Onxeo S.A., an innovative company specializing in the development of orphan oncology drugs, today announced that it has received a unanimous recommendation from the Data Safety Monitoring Board (DSMB), the independent European board of experts that monitors the safety of the Livatag® Phase III trial, “ReLive”, to continue the study without modification. This marks the seventh positive DSMB recommendation and further confirms the acceptable safety profile of Livatag.
ReLive is an ongoing international, randomized Phase III trial designed to evaluate the efficacy of Livatag® in patients with advanced hepatocellular carcinoma (HCC) (primary liver cancer) after failure or intolerance to sorafenib. The study, which plans to enroll a total of 400 patients, compares intravenous administration of Livatag® to the best standard of care.
The DSMB meets regularly, twice a year, to review the safety data of the ReLive trial and subsequently issues recommendations on the conduct of the study.
To date, more than 50% of the patients have been randomized in the study. The DSMB has reviewed the safety data from these patients, totaling more than 500 infusions of Livatag® in the trial and for the seventh time since study initiation, has unanimously recommended to continue the study without modification, based on its positive assessment of the safety data of Livatag®.
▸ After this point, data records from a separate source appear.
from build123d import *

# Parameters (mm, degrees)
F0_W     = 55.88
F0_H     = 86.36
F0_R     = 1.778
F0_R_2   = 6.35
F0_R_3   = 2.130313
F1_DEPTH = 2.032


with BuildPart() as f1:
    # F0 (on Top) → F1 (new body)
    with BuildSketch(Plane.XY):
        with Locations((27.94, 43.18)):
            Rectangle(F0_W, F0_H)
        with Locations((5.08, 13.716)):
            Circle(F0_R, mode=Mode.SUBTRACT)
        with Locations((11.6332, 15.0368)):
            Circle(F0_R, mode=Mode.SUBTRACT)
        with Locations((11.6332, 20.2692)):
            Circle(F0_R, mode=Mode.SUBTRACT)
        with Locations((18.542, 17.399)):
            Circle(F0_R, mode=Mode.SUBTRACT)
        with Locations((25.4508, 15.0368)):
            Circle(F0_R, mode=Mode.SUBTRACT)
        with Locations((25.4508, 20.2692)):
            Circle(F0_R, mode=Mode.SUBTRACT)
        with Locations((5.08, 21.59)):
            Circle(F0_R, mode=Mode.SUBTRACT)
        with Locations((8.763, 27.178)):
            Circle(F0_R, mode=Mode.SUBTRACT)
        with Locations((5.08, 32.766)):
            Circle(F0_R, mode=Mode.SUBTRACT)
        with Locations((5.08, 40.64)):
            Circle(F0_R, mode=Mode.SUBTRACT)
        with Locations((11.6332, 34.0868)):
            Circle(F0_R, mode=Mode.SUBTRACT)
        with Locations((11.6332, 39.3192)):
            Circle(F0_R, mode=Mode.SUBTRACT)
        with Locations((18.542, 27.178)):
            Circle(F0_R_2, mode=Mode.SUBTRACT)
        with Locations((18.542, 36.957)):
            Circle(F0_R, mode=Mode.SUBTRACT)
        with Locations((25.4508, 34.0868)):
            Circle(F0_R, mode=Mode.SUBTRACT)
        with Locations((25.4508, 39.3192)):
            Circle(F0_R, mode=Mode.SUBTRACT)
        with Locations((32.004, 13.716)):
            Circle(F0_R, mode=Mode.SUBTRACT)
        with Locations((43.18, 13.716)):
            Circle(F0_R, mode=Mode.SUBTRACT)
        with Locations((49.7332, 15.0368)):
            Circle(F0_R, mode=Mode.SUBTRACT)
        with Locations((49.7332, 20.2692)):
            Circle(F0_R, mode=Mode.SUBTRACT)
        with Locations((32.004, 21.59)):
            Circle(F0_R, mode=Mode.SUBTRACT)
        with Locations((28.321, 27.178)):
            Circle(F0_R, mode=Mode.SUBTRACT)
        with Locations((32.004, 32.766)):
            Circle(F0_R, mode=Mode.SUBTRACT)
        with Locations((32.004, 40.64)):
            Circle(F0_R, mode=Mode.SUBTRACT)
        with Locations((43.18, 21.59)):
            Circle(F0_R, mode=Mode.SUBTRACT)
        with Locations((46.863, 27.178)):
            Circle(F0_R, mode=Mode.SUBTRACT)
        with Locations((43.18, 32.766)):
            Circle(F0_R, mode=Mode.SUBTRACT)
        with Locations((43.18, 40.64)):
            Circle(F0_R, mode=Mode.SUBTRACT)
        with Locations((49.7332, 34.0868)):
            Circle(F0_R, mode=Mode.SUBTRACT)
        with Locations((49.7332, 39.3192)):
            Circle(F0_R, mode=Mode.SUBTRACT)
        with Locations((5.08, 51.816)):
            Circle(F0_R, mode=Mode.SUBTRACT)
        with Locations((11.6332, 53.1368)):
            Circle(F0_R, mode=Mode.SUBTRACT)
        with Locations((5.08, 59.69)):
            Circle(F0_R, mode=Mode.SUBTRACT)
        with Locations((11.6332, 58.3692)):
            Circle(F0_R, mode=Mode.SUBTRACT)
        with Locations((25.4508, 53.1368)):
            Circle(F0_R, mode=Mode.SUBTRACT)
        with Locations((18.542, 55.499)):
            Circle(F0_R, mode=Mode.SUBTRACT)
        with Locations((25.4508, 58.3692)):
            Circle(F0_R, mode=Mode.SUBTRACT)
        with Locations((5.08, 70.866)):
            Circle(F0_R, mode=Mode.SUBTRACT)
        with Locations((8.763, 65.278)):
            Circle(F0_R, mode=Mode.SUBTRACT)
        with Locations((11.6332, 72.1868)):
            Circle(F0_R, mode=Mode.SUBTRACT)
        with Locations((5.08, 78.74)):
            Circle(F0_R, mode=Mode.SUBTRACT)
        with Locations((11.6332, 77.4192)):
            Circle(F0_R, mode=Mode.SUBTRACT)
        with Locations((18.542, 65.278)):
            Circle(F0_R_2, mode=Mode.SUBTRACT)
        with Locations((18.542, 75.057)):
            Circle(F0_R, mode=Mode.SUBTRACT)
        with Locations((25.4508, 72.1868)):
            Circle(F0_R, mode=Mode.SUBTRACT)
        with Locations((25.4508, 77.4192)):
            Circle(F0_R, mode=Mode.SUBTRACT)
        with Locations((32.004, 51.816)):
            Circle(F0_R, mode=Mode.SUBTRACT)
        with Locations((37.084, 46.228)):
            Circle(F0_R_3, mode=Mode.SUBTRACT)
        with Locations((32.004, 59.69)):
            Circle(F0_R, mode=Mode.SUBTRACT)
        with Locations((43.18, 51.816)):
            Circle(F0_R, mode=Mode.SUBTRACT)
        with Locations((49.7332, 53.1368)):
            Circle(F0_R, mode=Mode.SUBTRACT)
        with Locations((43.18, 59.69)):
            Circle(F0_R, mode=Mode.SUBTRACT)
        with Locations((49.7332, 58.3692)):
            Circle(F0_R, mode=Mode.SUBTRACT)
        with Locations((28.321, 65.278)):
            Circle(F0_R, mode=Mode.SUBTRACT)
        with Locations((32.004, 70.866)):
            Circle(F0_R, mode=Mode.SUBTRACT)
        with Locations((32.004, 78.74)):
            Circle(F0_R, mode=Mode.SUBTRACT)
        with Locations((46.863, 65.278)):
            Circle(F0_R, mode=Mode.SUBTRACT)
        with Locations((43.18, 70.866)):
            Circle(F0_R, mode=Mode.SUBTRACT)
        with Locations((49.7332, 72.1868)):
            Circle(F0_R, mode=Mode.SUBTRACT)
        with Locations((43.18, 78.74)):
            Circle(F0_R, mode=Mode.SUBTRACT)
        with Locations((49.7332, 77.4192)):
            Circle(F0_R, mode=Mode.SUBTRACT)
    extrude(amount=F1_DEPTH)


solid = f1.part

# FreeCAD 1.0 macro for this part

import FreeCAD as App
import Part
import Sketcher
Q = App.Units.Quantity

doc = App.newDocument("Part")
body = doc.addObject("PartDesign::Body", "Body")

# Sketch on XY plane
sketch1 = doc.addObject("Sketcher::SketchObject", "Sketch")
body.addObject(sketch1)
sketch1.AttachmentSupport = (doc.XY_Plane, [""])
sketch1.MapMode = "FlatFace"
sketch1.addGeometry([
    Part.LineSegment(App.Vector(0, 86.4, 0), App.Vector(0, 0, 0)),  # 0
    Part.LineSegment(App.Vector(0, 0, 0), App.Vector(55.9, 0, 0)),  # 1
    Part.LineSegment(App.Vector(55.9, 0, 0), App.Vector(55.9, 86.4, 0)),  # 2
    Part.LineSegment(App.Vector(55.9, 86.4, 0), App.Vector(0, 86.4, 0)),  # 3
    Part.Circle(App.Vector(5.1, 13.7, 0), App.Vector(0, 0, 1), 1.8),  # 4
    Part.Circle(App.Vector(11.6, 15, 0), App.Vector(0, 0, 1), 1.8),  # 5
    Part.Circle(App.Vector(11.6, 20.3, 0), App.Vector(0, 0, 1), 1.8),  # 6
    Part.Circle(App.Vector(5.1, 21.6, 0), App.Vector(0, 0, 1), 1.8),  # 7
    Part.Circle(App.Vector(8.8, 27.2, 0), App.Vector(0, 0, 1), 1.8),  # 8
    Part.Circle(App.Vector(18.5, 17.4, 0), App.Vector(0, 0, 1), 1.8),  # 9
    Part.Circle(App.Vector(25.5, 15, 0), App.Vector(0, 0, 1), 1.8),  # 10
    Part.Circle(App.Vector(25.5, 20.3, 0), App.Vector(0, 0, 1), 1.8),  # 11
    Part.Circle(App.Vector(18.5, 27.2, 0), App.Vector(0, 0, 1), 6.3),  # 12
    Part.Circle(App.Vector(5.1, 32.8, 0), App.Vector(0, 0, 1), 1.8),  # 13
    Part.Circle(App.Vector(11.6, 34.1, 0), App.Vector(0, 0, 1), 1.8),  # 14
    Part.Circle(App.Vector(5.1, 40.6, 0), App.Vector(0, 0, 1), 1.8),  # 15
    Part.Circle(App.Vector(11.6, 39.3, 0), App.Vector(0, 0, 1), 1.8),  # 16
    Part.Circle(App.Vector(18.5, 37, 0), App.Vector(0, 0, 1), 1.8),  # 17
    Part.Circle(App.Vector(25.5, 34.1, 0), App.Vector(0, 0, 1), 1.8),  # 18
    Part.Circle(App.Vector(25.5, 39.3, 0), App.Vector(0, 0, 1), 1.8),  # 19
    Part.Circle(App.Vector(32, 13.7, 0), App.Vector(0, 0, 1), 1.8),  # 20
    Part.Circle(App.Vector(32, 21.6, 0), App.Vector(0, 0, 1), 1.8),  # 21
    Part.Circle(App.Vector(28.3, 27.2, 0), App.Vector(0, 0, 1), 1.8),  # 22
    Part.Circle(App.Vector(43.2, 13.7, 0), App.Vector(0, 0, 1), 1.8),  # 23
    Part.Circle(App.Vector(49.7, 15, 0), App.Vector(0, 0, 1), 1.8),  # 24
    Part.Circle(App.Vector(49.7, 20.3, 0), App.Vector(0, 0, 1), 1.8),  # 25
    Part.Circle(App.Vector(43.2, 21.6, 0), App.Vector(0, 0, 1), 1.8),  # 26
    Part.Circle(App.Vector(46.9, 27.2, 0), App.Vector(0, 0, 1), 1.8),  # 27
    Part.Circle(App.Vector(32, 32.8, 0), App.Vector(0, 0, 1), 1.8),  # 28
    Part.Circle(App.Vector(32, 40.6, 0), App.Vector(0, 0, 1), 1.8),  # 29
    Part.Circle(App.Vector(43.2, 32.8, 0), App.Vector(0, 0, 1), 1.8),  # 30
    Part.Circle(App.Vector(49.7, 34.1, 0), App.Vector(0, 0, 1), 1.8),  # 31
    Part.Circle(App.Vector(43.2, 40.6, 0), App.Vector(0, 0, 1), 1.8),  # 32
    Part.Circle(App.Vector(49.7, 39.3, 0), App.Vector(0, 0, 1), 1.8),  # 33
    Part.Circle(App.Vector(5.1, 51.8, 0), App.Vector(0, 0, 1), 1.8),  # 34
    Part.Circle(App.Vector(11.6, 53.1, 0), App.Vector(0, 0, 1), 1.8),  # 35
    Part.Circle(App.Vector(5.1, 59.7, 0), App.Vector(0, 0, 1), 1.8),  # 36
    Part.Circle(App.Vector(11.6, 58.4, 0), App.Vector(0, 0, 1), 1.8),  # 37
    Part.Circle(App.Vector(25.5, 53.1, 0), App.Vector(0, 0, 1), 1.8),  # 38
    Part.Circle(App.Vector(18.5, 55.5, 0), App.Vector(0, 0, 1), 1.8),  # 39
    Part.Circle(App.Vector(25.5, 58.4, 0), App.Vector(0, 0, 1), 1.8),  # 40
    Part.Circle(App.Vector(8.8, 65.3, 0), App.Vector(0, 0, 1), 1.8),  # 41
    Part.Circle(App.Vector(5.1, 70.9, 0), App.Vector(0, 0, 1), 1.8),  # 42
    Part.Circle(App.Vector(5.1, 78.7, 0), App.Vector(0, 0, 1), 1.8),  # 43
    Part.Circle(App.Vector(11.6, 72.2, 0), App.Vector(0, 0, 1), 1.8),  # 44
    Part.Circle(App.Vector(11.6, 77.4, 0), App.Vector(0, 0, 1), 1.8),  # 45
    Part.Circle(App.Vector(18.5, 65.3, 0), App.Vector(0, 0, 1), 6.3),  # 46
    Part.Circle(App.Vector(18.5, 75.1, 0), App.Vector(0, 0, 1), 1.8),  # 47
    Part.Circle(App.Vector(25.5, 72.2, 0), App.Vector(0, 0, 1), 1.8),  # 48
    Part.Circle(App.Vector(25.5, 77.4, 0), App.Vector(0, 0, 1), 1.8),  # 49
    Part.Circle(App.Vector(32, 51.8, 0), App.Vector(0, 0, 1), 1.8),  # 50
    Part.Circle(App.Vector(37.1, 46.2, 0), App.Vector(0, 0, 1), 2.1),  # 51
    Part.Circle(App.Vector(32, 59.7, 0), App.Vector(0, 0, 1), 1.8),  # 52
    Part.Circle(App.Vector(43.2, 51.8, 0), App.Vector(0, 0, 1), 1.8),  # 53
    Part.Circle(App.Vector(49.7, 53.1, 0), App.Vector(0, 0, 1), 1.8),  # 54
    Part.Circle(App.Vector(43.2, 59.7, 0), App.Vector(0, 0, 1), 1.8),  # 55
    Part.Circle(App.Vector(49.7, 58.4, 0), App.Vector(0, 0, 1), 1.8),  # 56
    Part.Circle(App.Vector(28.3, 65.3, 0), App.Vector(0, 0, 1), 1.8),  # 57
    Part.Circle(App.Vector(32, 70.9, 0), App.Vector(0, 0, 1), 1.8),  # 58
    Part.Circle(App.Vector(32, 78.7, 0), App.Vector(0, 0, 1), 1.8),  # 59
    Part.Circle(App.Vector(43.2, 70.9, 0), App.Vector(0, 0, 1), 1.8),  # 60
    Part.Circle(App.Vector(46.9, 65.3, 0), App.Vector(0, 0, 1), 1.8),  # 61
    Part.Circle(App.Vector(43.2, 78.7, 0), App.Vector(0, 0, 1), 1.8),  # 62
    Part.Circle(App.Vector(49.7, 72.2, 0), App.Vector(0, 0, 1), 1.8),  # 63
    Part.Circle(App.Vector(49.7, 77.4, 0), App.Vector(0, 0, 1), 1.8),  # 64
], False)
sketch1.addConstraint([
    Sketcher.Constraint("Coincident", 0, 2, 1, 1),
    Sketcher.Constraint("Coincident", 1, 2, 2, 1),
    Sketcher.Constraint("Coincident", 2, 2, 3, 1),
    Sketcher.Constraint("Coincident", 3, 2, 0, 1),
    Sketcher.Constraint("Vertical", 0),
    Sketcher.Constraint("Horizontal", 1),
    Sketcher.Constraint("Vertical", 2),
    Sketcher.Constraint("Horizontal", 3),
    Sketcher.Constraint("Coincident", 0, 2, -1, 1),
    Sketcher.Constraint("Equal", 4, 5),
    Sketcher.Constraint("Equal", 5, 6),
    Sketcher.Constraint("Equal", 6, 7),
    Sketcher.Constraint("Equal", 7, 8),
    Sketcher.Constraint("Equal", 8, 9),
    Sketcher.Constraint("Equal", 9, 10),
    Sketcher.Constraint("Equal", 10, 11),
    Sketcher.Constraint("Equal", 11, 13),
    Sketcher.Constraint("Equal", 13, 14),
    Sketcher.Constraint("Equal", 14, 15),
    Sketcher.Constraint("Equal", 15, 16),
    Sketcher.Constraint("Equal", 16, 17),
    Sketcher.Constraint("Equal", 17, 18),
    Sketcher.Constraint("Equal", 18, 19),
    Sketcher.Constraint("Equal", 19, 20),
    Sketcher.Constraint("Equal", 20, 21),
    Sketcher.Constraint("Equal", 21, 22),
    Sketcher.Constraint("Equal", 22, 23),
    Sketcher.Constraint("Equal", 23, 24),
    Sketcher.Constraint("Equal", 24, 25),
    Sketcher.Constraint("Equal", 25, 26),
    Sketcher.Constraint("Equal", 26, 27),
    Sketcher.Constraint("Equal", 27, 28),
    Sketcher.Constraint("Equal", 28, 29),
    Sketcher.Constraint("Equal", 29, 30),
    Sketcher.Constraint("Equal", 30, 31),
    Sketcher.Constraint("Equal", 31, 32),
    Sketcher.Constraint("Equal", 32, 33),
    Sketcher.Constraint("Equal", 33, 34),
    Sketcher.Constraint("Equal", 34, 35),
    Sketcher.Constraint("Equal", 35, 36),
    Sketcher.Constraint("Equal", 36, 37),
    Sketcher.Constraint("Equal", 37, 38),
    Sketcher.Constraint("Equal", 38, 39),
    Sketcher.Constraint("Equal", 39, 40),
    Sketcher.Constraint("Equal", 40, 41),
    Sketcher.Constraint("Equal", 41, 42),
    Sketcher.Constraint("Equal", 42, 43),
    Sketcher.Constraint("Equal", 43, 44),
    Sketcher.Constraint("Equal", 44, 45),
    Sketcher.Constraint("Equal", 12, 46),
    Sketcher.Constraint("Equal", 45, 47),
    Sketcher.Constraint("Equal", 47, 48),
    Sketcher.Constraint("Equal", 48, 49),
    Sketcher.Constraint("Equal", 49, 50),
    Sketcher.Constraint("Equal", 50, 52),
    Sketcher.Constraint("Equal", 52, 53),
    Sketcher.Constraint("Equal", 53, 54),
    Sketcher.Constraint("Equal", 54, 55),
    Sketcher.Constraint("Equal", 55, 56),
    Sketcher.Constraint("Equal", 56, 57),
    Sketcher.Constraint("Equal", 57, 58),
    Sketcher.Constraint("Equal", 58, 59),
    Sketcher.Constraint("Equal", 59, 60),
    Sketcher.Constraint("Equal", 60, 61),
    Sketcher.Constraint("Equal", 61, 62),
    Sketcher.Constraint("Equal", 62, 63),
    Sketcher.Constraint("Equal", 63, 64),
    Sketcher.Constraint("Horizontal", 5, 3, 10, 3),
    Sketcher.Constraint("Horizontal", 6, 3, 11, 3),
    Sketcher.Constraint("Horizontal", 8, 3, 12, 3),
“This latest positive recommendation from our independent board of experts confirms once again Livatag®’s acceptable safety profile, based on safety data collected on a substantial number of patients. These data certainly strengthen our confidence in the potential of this product, which represents a potential significant breakthrough in the treatment of hepatocellular carcinoma, a very severe cancer with a high unmet medical need,” commented Judith Greciet, CEO of Onxeo.